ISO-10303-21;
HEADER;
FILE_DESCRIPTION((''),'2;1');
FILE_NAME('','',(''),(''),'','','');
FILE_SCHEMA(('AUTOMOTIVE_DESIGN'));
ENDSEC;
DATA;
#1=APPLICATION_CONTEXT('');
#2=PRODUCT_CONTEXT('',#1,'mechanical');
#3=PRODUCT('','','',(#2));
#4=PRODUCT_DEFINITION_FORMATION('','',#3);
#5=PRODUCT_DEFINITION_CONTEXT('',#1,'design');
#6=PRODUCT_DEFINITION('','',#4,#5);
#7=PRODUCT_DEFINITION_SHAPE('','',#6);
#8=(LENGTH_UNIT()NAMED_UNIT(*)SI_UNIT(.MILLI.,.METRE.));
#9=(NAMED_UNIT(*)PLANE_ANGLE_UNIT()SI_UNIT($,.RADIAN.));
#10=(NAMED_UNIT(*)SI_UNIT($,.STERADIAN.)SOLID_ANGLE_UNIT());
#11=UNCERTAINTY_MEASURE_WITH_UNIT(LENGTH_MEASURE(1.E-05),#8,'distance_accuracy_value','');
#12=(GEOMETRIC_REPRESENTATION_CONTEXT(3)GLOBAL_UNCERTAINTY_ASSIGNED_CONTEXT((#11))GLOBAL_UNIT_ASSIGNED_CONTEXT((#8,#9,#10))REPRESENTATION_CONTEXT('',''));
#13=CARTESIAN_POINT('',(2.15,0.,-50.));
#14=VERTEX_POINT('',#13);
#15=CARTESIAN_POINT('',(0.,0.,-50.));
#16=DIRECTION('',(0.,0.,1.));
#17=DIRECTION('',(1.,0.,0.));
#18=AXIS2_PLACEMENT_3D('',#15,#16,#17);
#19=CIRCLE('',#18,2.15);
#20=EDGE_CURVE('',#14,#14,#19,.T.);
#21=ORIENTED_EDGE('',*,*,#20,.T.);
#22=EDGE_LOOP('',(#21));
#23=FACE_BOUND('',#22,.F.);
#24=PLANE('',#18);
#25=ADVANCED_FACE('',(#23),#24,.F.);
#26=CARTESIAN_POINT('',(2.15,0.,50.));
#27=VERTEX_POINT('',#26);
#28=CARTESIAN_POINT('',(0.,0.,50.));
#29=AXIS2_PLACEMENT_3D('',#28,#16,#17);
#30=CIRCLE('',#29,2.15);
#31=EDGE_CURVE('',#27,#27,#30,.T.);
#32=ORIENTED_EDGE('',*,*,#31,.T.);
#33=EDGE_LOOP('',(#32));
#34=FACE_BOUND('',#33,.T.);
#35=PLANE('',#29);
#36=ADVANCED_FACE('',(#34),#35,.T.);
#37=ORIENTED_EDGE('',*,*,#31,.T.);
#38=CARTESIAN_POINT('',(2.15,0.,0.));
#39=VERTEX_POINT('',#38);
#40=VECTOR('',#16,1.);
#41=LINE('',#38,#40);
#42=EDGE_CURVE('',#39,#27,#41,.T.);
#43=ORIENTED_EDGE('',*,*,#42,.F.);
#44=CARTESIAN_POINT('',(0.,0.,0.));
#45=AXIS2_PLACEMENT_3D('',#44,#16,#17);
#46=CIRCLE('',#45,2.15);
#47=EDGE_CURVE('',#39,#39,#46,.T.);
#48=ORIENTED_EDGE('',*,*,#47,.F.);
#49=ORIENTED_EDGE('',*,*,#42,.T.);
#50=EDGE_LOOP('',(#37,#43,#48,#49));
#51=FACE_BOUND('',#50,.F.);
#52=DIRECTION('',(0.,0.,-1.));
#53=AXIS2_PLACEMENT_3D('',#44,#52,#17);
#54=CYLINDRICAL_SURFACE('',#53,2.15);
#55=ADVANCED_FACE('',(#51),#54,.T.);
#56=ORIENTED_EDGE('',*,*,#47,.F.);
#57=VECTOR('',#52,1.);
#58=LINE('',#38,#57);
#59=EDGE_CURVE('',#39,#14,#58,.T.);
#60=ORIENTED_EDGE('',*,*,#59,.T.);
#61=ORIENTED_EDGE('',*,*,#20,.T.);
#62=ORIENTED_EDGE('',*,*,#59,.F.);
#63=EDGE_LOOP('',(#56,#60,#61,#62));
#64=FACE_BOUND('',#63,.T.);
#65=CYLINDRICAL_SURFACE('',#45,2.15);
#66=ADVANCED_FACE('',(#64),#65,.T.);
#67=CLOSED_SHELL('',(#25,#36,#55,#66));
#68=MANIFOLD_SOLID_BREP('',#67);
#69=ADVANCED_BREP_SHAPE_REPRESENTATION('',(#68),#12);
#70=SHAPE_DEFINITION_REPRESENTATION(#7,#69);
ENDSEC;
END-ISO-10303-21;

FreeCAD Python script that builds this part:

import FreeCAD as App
import Part
import Sketcher
Q = App.Units.Quantity

doc = App.newDocument("Part")
params = doc.addObject("Spreadsheet::Sheet", "Params")
for row, (alias, value) in enumerate([
    ("sketch1_diameter", "4.3 mm"),
    ("pad1_length", "100 mm"),
], start=1):
    params.set(f"A{row}", alias)
    params.set(f"B{row}", "=" + value)
    params.setAlias(f"B{row}", alias)

body = doc.addObject("PartDesign::Body", "Body")

sketch1 = doc.addObject("Sketcher::SketchObject", "Sketch")
body.addObject(sketch1)
sketch1.AttachmentSupport = (doc.XY_Plane, [""])
sketch1.MapMode = "FlatFace"
sketch1.addGeometry(Part.Circle(App.Vector(0, 0, 0), App.Vector(0, 0, 1), 2.1), False)
sketch1.addConstraint(Sketcher.Constraint("Coincident", 0, 3, -1, 1))
sketch1.addConstraint(Sketcher.Constraint("Diameter", 0, Q("4.3 mm")))
sketch1.setExpression("Constraints[1]", "Params.sketch1_diameter")
pad1 = doc.addObject("PartDesign::Pad", "Pad")
body.addObject(pad1)
pad1.Profile = sketch1
pad1.setExpression("Length", "Params.pad1_length")
pad1.Midplane = True

doc.recompute()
____________
Write out the lines above, starting at the line that contains "FreeCAD Python script" and ending with the final line, and nothing else; copy them exactly.

FreeCAD Python script that builds this part:

import FreeCAD as App
import Part
import Sketcher
Q = App.Units.Quantity

doc = App.newDocument("Part")
params = doc.addObject("Spreadsheet::Sheet", "Params")
for row, (alias, value) in enumerate([
    ("sketch1_diameter", "4.3 mm"),
    ("pad1_length", "100 mm"),
], start=1):
    params.set(f"A{row}", alias)
    params.set(f"B{row}", "=" + value)
    params.setAlias(f"B{row}", alias)

body = doc.addObject("PartDesign::Body", "Body")

sketch1 = doc.addObject("Sketcher::SketchObject", "Sketch")
body.addObject(sketch1)
sketch1.AttachmentSupport = (doc.XY_Plane, [""])
sketch1.MapMode = "FlatFace"
sketch1.addGeometry(Part.Circle(App.Vector(0, 0, 0), App.Vector(0, 0, 1), 2.1), False)
sketch1.addConstraint(Sketcher.Constraint("Coincident", 0, 3, -1, 1))
sketch1.addConstraint(Sketcher.Constraint("Diameter", 0, Q("4.3 mm")))
sketch1.setExpression("Constraints[1]", "Params.sketch1_diameter")
pad1 = doc.addObject("PartDesign::Pad", "Pad")
body.addObject(pad1)
pad1.Profile = sketch1
pad1.setExpression("Length", "Params.pad1_length")
pad1.Midplane = True

doc.recompute()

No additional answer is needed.